EXERCISE OBJECTIVE: Here are the records. Write out exactly the lines between the one holding "f 133 132 24" and the one holding "f 54 133 134", inclusive.

Extracted records:
· · · ·
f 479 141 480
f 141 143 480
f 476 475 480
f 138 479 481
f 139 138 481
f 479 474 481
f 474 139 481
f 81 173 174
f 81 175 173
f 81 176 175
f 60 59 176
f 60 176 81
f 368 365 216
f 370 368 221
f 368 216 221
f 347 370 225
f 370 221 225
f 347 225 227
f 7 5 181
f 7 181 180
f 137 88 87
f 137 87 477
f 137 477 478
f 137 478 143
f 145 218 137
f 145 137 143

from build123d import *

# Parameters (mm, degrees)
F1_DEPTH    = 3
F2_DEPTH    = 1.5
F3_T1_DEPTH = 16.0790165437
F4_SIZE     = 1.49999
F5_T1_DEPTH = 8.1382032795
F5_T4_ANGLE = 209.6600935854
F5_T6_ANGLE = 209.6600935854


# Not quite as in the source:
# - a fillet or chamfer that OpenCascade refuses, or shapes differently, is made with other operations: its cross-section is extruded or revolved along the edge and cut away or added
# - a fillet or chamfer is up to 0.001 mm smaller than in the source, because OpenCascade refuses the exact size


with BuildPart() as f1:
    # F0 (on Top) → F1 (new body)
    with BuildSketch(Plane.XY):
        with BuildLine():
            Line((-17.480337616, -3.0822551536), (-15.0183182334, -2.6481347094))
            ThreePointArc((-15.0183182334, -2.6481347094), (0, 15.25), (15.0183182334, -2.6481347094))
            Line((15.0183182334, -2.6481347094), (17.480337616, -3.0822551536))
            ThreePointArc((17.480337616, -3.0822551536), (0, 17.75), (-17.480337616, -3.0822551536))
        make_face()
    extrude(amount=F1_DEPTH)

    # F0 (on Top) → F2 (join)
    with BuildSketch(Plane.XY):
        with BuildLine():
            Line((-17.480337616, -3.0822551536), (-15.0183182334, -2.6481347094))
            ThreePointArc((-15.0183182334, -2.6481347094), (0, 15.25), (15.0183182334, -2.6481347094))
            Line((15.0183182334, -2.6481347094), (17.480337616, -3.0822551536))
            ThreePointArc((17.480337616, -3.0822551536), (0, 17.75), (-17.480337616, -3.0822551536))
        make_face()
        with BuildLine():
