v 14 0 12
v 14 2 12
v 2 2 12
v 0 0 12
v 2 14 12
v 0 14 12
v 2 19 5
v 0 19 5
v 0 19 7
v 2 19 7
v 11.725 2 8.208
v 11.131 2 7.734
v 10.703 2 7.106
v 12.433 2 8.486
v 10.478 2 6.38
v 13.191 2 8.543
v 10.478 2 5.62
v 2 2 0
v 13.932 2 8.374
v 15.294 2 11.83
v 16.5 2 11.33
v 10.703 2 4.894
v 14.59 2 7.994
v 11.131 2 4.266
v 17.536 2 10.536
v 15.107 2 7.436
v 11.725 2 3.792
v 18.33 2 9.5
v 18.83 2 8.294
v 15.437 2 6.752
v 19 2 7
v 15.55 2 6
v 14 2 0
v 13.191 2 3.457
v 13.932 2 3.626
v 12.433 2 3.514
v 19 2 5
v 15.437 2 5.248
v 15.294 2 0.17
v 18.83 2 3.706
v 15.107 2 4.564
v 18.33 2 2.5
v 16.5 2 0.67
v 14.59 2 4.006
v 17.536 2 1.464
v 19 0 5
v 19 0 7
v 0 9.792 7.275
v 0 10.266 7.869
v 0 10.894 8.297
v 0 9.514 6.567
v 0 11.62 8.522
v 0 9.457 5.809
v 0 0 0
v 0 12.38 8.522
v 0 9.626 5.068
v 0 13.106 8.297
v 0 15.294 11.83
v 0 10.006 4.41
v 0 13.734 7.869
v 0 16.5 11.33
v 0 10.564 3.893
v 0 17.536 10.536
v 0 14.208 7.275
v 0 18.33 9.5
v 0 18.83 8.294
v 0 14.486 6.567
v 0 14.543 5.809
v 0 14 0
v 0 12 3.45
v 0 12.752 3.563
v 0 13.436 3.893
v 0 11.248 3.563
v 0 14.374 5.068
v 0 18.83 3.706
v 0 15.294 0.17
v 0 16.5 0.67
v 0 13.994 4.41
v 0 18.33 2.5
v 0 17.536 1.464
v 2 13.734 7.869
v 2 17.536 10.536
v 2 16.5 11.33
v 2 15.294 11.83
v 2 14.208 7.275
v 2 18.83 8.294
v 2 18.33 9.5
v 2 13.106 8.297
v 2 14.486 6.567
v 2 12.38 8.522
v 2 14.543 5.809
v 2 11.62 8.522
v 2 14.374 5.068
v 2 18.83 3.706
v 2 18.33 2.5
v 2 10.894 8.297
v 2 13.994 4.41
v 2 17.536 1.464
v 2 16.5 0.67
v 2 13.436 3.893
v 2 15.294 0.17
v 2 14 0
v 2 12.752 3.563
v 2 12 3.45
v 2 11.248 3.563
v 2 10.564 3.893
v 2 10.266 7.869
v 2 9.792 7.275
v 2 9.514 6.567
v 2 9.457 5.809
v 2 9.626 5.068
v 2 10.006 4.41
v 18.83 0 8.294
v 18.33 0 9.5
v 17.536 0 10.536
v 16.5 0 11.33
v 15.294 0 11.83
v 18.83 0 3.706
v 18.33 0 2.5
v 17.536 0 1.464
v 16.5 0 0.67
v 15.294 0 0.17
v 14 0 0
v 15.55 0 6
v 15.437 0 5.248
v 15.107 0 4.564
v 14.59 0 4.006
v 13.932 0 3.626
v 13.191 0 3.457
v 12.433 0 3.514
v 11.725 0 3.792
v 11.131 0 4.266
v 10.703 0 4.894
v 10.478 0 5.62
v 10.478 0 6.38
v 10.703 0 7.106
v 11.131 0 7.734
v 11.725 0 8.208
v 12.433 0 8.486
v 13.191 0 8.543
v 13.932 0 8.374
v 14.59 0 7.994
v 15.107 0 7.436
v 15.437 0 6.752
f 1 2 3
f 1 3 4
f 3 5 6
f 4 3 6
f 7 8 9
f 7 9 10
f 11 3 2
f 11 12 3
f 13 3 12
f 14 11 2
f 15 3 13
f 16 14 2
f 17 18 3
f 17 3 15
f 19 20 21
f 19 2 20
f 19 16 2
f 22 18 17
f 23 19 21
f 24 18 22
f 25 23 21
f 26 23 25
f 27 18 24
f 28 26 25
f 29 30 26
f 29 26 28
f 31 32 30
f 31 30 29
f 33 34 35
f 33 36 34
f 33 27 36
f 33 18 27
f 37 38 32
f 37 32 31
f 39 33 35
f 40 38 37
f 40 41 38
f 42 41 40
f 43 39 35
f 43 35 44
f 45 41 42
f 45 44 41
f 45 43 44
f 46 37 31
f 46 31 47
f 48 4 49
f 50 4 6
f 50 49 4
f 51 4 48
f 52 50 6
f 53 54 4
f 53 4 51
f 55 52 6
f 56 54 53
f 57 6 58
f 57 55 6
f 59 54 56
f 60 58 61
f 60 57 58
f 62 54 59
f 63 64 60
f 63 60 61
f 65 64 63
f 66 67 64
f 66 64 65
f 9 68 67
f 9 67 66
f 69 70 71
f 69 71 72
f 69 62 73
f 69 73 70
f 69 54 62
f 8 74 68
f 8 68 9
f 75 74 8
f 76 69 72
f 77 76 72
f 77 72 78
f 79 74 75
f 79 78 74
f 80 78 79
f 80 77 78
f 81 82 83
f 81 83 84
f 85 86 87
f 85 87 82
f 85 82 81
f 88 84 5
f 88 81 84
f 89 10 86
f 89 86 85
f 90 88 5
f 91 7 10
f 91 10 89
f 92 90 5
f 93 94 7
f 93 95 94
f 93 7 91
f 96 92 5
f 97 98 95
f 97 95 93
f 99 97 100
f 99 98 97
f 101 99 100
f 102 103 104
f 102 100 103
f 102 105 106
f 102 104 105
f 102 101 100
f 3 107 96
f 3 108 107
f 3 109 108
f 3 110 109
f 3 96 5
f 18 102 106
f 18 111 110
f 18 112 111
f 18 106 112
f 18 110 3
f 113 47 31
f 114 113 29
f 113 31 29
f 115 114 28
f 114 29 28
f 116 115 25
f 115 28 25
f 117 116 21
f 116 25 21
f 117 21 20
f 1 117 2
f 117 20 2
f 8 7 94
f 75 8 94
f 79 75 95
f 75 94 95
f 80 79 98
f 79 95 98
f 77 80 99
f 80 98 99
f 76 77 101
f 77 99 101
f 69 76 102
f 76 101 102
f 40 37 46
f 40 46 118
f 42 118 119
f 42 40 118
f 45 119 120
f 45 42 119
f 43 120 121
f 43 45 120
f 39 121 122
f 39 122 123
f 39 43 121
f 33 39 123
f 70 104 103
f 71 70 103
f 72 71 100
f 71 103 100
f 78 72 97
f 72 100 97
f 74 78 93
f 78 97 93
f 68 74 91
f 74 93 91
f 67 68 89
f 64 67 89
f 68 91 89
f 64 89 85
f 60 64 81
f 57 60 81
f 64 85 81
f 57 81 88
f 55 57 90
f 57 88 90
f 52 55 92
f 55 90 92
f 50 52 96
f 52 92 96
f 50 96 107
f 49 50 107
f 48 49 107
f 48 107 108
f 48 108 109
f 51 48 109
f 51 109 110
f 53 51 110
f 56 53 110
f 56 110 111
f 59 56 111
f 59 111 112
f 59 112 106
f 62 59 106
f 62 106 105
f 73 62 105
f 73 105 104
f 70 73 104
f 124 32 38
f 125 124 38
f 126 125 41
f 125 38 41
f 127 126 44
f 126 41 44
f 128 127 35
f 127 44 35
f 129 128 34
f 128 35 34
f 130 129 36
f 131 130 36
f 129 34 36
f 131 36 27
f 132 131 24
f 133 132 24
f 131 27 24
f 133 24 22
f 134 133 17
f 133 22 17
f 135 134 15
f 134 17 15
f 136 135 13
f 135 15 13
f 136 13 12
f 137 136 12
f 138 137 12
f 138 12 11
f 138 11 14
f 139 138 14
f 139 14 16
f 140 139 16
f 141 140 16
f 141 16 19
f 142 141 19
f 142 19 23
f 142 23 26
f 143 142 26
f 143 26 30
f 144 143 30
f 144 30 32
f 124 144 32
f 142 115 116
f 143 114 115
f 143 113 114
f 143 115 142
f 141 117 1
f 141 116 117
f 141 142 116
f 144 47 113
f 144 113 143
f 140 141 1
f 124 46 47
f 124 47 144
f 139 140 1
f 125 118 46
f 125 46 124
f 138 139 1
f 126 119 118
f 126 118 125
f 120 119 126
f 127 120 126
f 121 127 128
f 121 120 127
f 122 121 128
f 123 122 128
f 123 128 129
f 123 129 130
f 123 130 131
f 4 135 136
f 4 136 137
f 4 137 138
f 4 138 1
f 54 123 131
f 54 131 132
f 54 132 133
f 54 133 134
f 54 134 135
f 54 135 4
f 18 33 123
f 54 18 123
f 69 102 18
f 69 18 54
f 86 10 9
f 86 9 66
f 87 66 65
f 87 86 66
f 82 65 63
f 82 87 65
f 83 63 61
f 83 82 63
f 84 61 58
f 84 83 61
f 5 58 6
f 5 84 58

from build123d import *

# Parameters (mm, degrees)
EXTRUDE_1_DEPTH     = 12
SKETCH_2_R          = 2.55
CUT_EXTRUDE_1_DEPTH = 3
SKETCH_3_R          = 2.55
CUT_EXTRUDE_2_DEPTH = 3


with BuildPart() as part:
    # Эскиз1 → Бобышка-Вытянуть1 (new body)
    with BuildSketch(Plane.XY):
        Polygon((0, 0), (0, 19), (2, 19), (2, 2), (19, 2), (19, 0), align=None)
    extrude(amount=EXTRUDE_1_DEPTH)

    # Эскиз2 → Вырез-Вытянуть1 (cut, through all)
    with BuildSketch(Plane(origin=(2, 0, 0), x_dir=(0, 0, -1), z_dir=(1, 0, 0))):
        with Locations((-6, 12)):
            Circle(SKETCH_2_R)
        with BuildLine():
            Line((-12, 14), (-12, 19))
            Line((-12, 19), (-7, 19))
            ThreePointArc((-7, 19), (-10.535533906, 17.535533906), (-12, 14))
        make_face()
        with BuildLine():
            Line((0, 14), (0, 19))
            Line((0, 19), (-5, 19))
            ThreePointArc((-5, 19), (-1.464466094, 17.535533906), (0, 14))
        make_face()
    extrude(amount=-CUT_EXTRUDE_1_DEPTH, mode=Mode.SUBTRACT)

    # Эскиз3 → Вырез-Вытянуть2 (cut, through all)
    with BuildSketch(Plane(origin=(0, 2, 0), x_dir=(1, 0, 0), z_dir=(0, 1, 0))):
        with Locations((13, -6)):
            Circle(SKETCH_3_R)
        with BuildLine():
            Line((14, 0), (19, 0))
            Line((19, 0), (19, -5))
            ThreePointArc((19, -5), (17.535533906, -1.464466094), (14, 0))
        make_face()
        with BuildLine():
            Line((14, -12), (19, -12))
            Line((19, -12), (19, -7))
            ThreePointArc((19, -7), (17.535533906, -10.535533906), (14, -12))
        make_face()
    extrude(amount=-CUT_EXTRUDE_2_DEPTH, mode=Mode.SUBTRACT)


solid = part.part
· · · ·
YOUR RESPONSE:
f 133 132 24
f 131 27 24
f 133 24 22
f 134 133 17
f 133 22 17
f 135 134 15
f 134 17 15
f 136 135 13
f 135 15 13
f 136 13 12
f 137 136 12
f 138 137 12
f 138 12 11
f 138 11 14
f 139 138 14
f 139 14 16
f 140 139 16
f 141 140 16
f 141 16 19
f 142 141 19
f 142 19 23
f 142 23 26
f 143 142 26
f 143 26 30
f 144 143 30
f 144 30 32
f 124 144 32
f 142 115 116
f 143 114 115
f 143 113 114
f 143 115 142
f 141 117 1
f 141 116 117
f 141 142 116
f 144 47 113
f 144 113 143
f 140 141 1
f 124 46 47
f 124 47 144
f 139 140 1
f 125 118 46
f 125 46 124
f 138 139 1
f 126 119 118
f 126 118 125
f 120 119 126
f 127 120 126
f 121 127 128
f 121 120 127
f 122 121 128
f 123 122 128
f 123 128 129
f 123 129 130
f 123 130 131
f 4 135 136
f 4 136 137
f 4 137 138
f 4 138 1
f 54 123 131
f 54 131 132
f 54 132 133
f 54 133 134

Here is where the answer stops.